Cockroachdb-Specific Remediation in Sinatra — concrete code fixes
To mitigate rate abuse in Sinatra with CockroachDB, implement explicit request throttling at the route level and leverage CockroachDB for shared, durable rate-limit state. Avoid relying on in-memory counters in a multi-instance environment. Use a token bucket or fixed window stored in a CockroachDB table, updated within short transactions to ensure consistency across workers.
Define a table to track request counts per entity (for example, per API key or IP):
CREATE TABLE IF NOT EXISTS rate_limits (
entity_id STRING NOT NULL,
window_start TIMESTAMPTZ NOT NULL,
request_count INT NOT NULL DEFAULT 0,
PRIMARY KEY (entity_id, window_start)
);
In your Sinatra route, use a lightweight transaction to increment and check the count. This example uses the pg gem to interact with CockroachDB and limits requests to 100 per minute per entity:
require 'sinatra'
require 'pg'
require 'time'
RATE_LIMIT = 100
WINDOW_SECONDS = 60
def allowed?(entity_id, pool)
now = Time.now.utc
window_start = now.strftime('%Y-%m-%dT%H:%M:00')
cutoff_start = (now - WINDOW_SECONDS).strftime('%Y-%m-%dT%H:%M:00')

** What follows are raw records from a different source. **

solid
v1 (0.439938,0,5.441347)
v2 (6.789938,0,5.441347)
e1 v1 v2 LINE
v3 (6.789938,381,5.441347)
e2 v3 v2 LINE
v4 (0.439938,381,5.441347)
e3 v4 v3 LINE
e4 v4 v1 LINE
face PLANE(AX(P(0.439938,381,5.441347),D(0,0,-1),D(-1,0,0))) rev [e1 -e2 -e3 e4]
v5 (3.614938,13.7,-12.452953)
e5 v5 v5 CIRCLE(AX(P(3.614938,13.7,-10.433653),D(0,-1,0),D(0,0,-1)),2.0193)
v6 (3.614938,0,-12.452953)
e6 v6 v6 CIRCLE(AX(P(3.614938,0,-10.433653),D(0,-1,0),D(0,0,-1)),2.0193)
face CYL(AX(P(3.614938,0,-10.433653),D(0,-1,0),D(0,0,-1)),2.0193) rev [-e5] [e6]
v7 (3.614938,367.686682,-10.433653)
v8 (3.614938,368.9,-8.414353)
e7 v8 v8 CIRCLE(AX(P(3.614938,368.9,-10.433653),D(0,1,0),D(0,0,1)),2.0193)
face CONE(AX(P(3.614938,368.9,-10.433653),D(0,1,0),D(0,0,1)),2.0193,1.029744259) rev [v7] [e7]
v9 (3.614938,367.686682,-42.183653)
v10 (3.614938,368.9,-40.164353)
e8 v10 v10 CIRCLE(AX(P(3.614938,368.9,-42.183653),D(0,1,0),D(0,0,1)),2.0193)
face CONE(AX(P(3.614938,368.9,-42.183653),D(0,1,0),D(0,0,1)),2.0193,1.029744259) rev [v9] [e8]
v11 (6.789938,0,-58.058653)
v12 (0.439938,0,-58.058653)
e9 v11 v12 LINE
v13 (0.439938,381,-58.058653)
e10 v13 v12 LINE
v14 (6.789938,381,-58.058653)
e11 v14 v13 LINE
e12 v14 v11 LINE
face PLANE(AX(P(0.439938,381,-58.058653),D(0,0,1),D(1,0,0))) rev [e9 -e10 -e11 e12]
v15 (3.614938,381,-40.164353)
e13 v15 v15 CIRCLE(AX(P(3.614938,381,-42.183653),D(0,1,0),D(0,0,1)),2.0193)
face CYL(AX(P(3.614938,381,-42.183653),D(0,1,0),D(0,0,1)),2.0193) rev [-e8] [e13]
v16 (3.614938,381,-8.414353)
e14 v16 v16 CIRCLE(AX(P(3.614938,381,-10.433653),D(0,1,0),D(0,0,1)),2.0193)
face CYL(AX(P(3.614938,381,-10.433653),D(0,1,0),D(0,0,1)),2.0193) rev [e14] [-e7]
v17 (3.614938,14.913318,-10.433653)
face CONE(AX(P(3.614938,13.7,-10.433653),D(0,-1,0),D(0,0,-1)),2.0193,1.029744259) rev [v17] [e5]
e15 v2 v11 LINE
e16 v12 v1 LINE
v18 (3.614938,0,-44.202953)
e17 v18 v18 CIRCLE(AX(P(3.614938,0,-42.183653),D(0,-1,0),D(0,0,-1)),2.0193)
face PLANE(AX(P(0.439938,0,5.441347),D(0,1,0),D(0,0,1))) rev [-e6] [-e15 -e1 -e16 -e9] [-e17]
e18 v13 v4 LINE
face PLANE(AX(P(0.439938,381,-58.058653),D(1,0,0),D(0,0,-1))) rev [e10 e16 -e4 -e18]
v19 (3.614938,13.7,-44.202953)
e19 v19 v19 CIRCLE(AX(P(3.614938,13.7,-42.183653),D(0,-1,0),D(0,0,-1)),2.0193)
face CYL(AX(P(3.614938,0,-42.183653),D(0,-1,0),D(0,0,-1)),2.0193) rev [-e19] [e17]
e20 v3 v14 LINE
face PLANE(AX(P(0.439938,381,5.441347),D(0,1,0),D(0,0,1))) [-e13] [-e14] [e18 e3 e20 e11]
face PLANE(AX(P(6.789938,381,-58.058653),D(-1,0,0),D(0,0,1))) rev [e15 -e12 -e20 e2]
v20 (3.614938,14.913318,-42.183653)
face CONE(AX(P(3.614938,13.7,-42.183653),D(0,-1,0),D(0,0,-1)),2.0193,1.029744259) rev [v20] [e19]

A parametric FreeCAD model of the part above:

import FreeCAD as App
import Part
import Sketcher

V = App.Vector
Q = App.Units.Quantity


def add_polygon(sketch, points):
    """Adds a closed chain of lines whose ends are joined by coincident constraints."""
    first, n = sketch.GeometryCount, len(points)
    for a, b in zip(points, points[1:] + points[:1]):
        sketch.addGeometry(Part.LineSegment(App.Vector(*a, 0), App.Vector(*b, 0)), False)
    for i in range(n):
        sketch.addConstraint(Sketcher.Constraint("Coincident", first + i, 2, first + (i + 1) % n, 1))

doc = App.newDocument("Part")
body = doc.addObject("PartDesign::Body", "Body")

sketch1 = body.newObject("Sketcher::SketchObject", "Sketch")
sketch1.AttachmentSupport = (doc.getObject("XZ_Plane"), [""])
sketch1.MapMode = "FlatFace"
add_polygon(sketch1, [(0, -58), (0, 5), (7, 5), (7, -58)])
sketch1.addConstraint(Sketcher.Constraint("Vertical", 0))
sketch1.addConstraint(Sketcher.Constraint("Horizontal", 1))
sketch1.addConstraint(Sketcher.Constraint("Vertical", 2))
sketch1.addConstraint(Sketcher.Constraint("Horizontal", 3))
sketch1.addConstraint(Sketcher.Constraint("DistanceY", 0, 1, 0, 2, Q("2.5 in")))
sketch1.addConstraint(Sketcher.Constraint("DistanceX", 1, 1, 1, 2, Q("0.25 in")))
sketch1.addConstraint(Sketcher.Constraint("DistanceX", -1, 1, 0, 2, 0.439938))
sketch1.addConstraint(Sketcher.Constraint("DistanceY", -1, 1, 0, 2, 5.441347))
pad1 = body.newObject("PartDesign::Pad", "Pad")
pad1.Profile = sketch1
pad1.Length = Q("15 in")
pad1.Reversed = True

sketch2 = body.newObject("Sketcher::SketchObject", "Sketch001")
sketch2.AttachmentSupport = (doc.getObject("XZ_Plane"), [""])
sketch2.MapMode = "FlatFace"
sketch2.AttachmentOffset = App.Placement(V(0, 0, -15 * 25.4), App.Rotation())
sketch2.addGeometry(Part.Circle(V(3.6, -42.2, 0), V(0, 0, 1), 2), False)
sketch2.addGeometry(Part.Circle(V(3.6, -10.4, 0), V(0, 0, 1), 2), False)
sketch2.addConstraint(Sketcher.Constraint("Equal", 0, 1))
sketch2.addConstraint(Sketcher.Constraint("Vertical", 0, 3, 1, 3))
sketch2.addConstraint(Sketcher.Constraint("Diameter", 0, Q("0.159 in")))
sketch2.addConstraint(Sketcher.Constraint("DistanceY", 0, 3, 1, 3, Q("1.25 in")))
sketch2.addConstraint(Sketcher.Constraint("DistanceX", -1, 1, 0, 3, 3.614938))
sketch2.addConstraint(Sketcher.Constraint("DistanceY", 0, 3, -1, 1, 42.183653))
doc.recompute()
hole = body.newObject("PartDesign::Hole", "Hole")
hole.Profile = sketch2
hole.ThreadType = "None"
hole.Diameter = Q("0.159 in")
hole.DepthType = "Dimension"
hole.Depth = 12.1
hole.DrillPoint = "Angled"
hole.DrillPointAngle = 118
hole.Reversed = True

sketch3 = body.newObject("Sketcher::SketchObject", "Sketch002")
sketch3.AttachmentSupport = (doc.getObject("XZ_Plane"), [""])
sketch3.MapMode = "FlatFace"
sketch3.addGeometry(Part.Circle(V(3.6, -10.4, 0), V(0, 0, 1), 2), False)
sketch3.addGeometry(Part.Circle(V(3.6, -42.2, 0), V(0, 0, 1), 2), False)
sketch3.addConstraint(Sketcher.Constraint("Equal", 0, 1))
sketch3.addConstraint(Sketcher.Constraint("Vertical", 0, 3, 1, 3))
sketch3.addConstraint(Sketcher.Constraint("Diameter", 0, Q("0.159 in")))
sketch3.addConstraint(Sketcher.Constraint("DistanceY", 1, 3, 0, 3, Q("1.25 in")))
sketch3.addConstraint(Sketcher.Constraint("DistanceX", -1, 1, 0, 3, 3.614938))
sketch3.addConstraint(Sketcher.Constraint("DistanceY", 0, 3, -1, 1, 10.433653))
doc.recompute()
hole2 = body.newObject("PartDesign::Hole", "Hole001")
hole2.Profile = sketch3
hole2.ThreadType = "None"
hole2.Diameter = Q("0.159 in")
hole2.DepthType = "Dimension"
hole2.Depth = 13.7
hole2.DrillPoint = "Angled"
hole2.DrillPointAngle = 118

doc.recompute()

pool.with_connection do |conn|
conn.transaction do |tx|
# Clean old windows and sum current window
tx.exec_params(<<~SQL, [entity_id, cutoff_start])
DELETE FROM rate_limits WHERE entity_id = $1 AND window_start < $2;
SQL
res = tx.exec_params(<<~SQL, [entity_id, window_start])
INSERT INTO rate_limits(entity_id, window_start, request_count)
VALUES ($1, $2, 1)
ON CONFLICT (entity_id, window_start) DO UPDATE SET request_count = rate_limits.request_count + 1
RETURNING request_count;
SQL
count = res.first['request_count'].to_i
count <= RATE_LIMIT
end
end
rescue => e
# Log and deny on unexpected DB errors
false
end
before do
entity = request.env['HTTP_X_API_KEY'] || request.ip
halt 429, { error: 'rate limit exceeded' }.to_json unless allowed?(entity, db_pool)
end
# Example protected route
post '/transfer' do
content_type :json
# business logic here
{ status: 'ok' }.to_json
end
For higher throughput, consider a fixed-window or token-bucket algorithm that updates a single row per entity using UPSERT-style conflict resolution, reducing transaction overhead. You can also move rate-limiting logic into a lightweight proxy or use a dedicated store, but using CockroachDB ensures consistency across Sinatra instances and simplifies operational complexity.
Additionally, ensure that your Sinatra responses include standard rate limit headers (e.g., X-RateLimit-Limit, X-RateLimit-Remaining, Retry-After) and that the API specification documents these limits. middleBrick’s scans will verify that such headers are present where applicable and that the runtime behavior matches the spec, including correct handling of 429 responses.
Finally, combine application-level throttling with infrastructure protections such as connection pool limits and statement timeouts in CockroachDB to reduce the blast radius of bursts. The scanner will flag endpoints that lack these controls and provide prioritized remediation steps aligned with frameworks such as OWASP API Top 10 and common compliance profiles.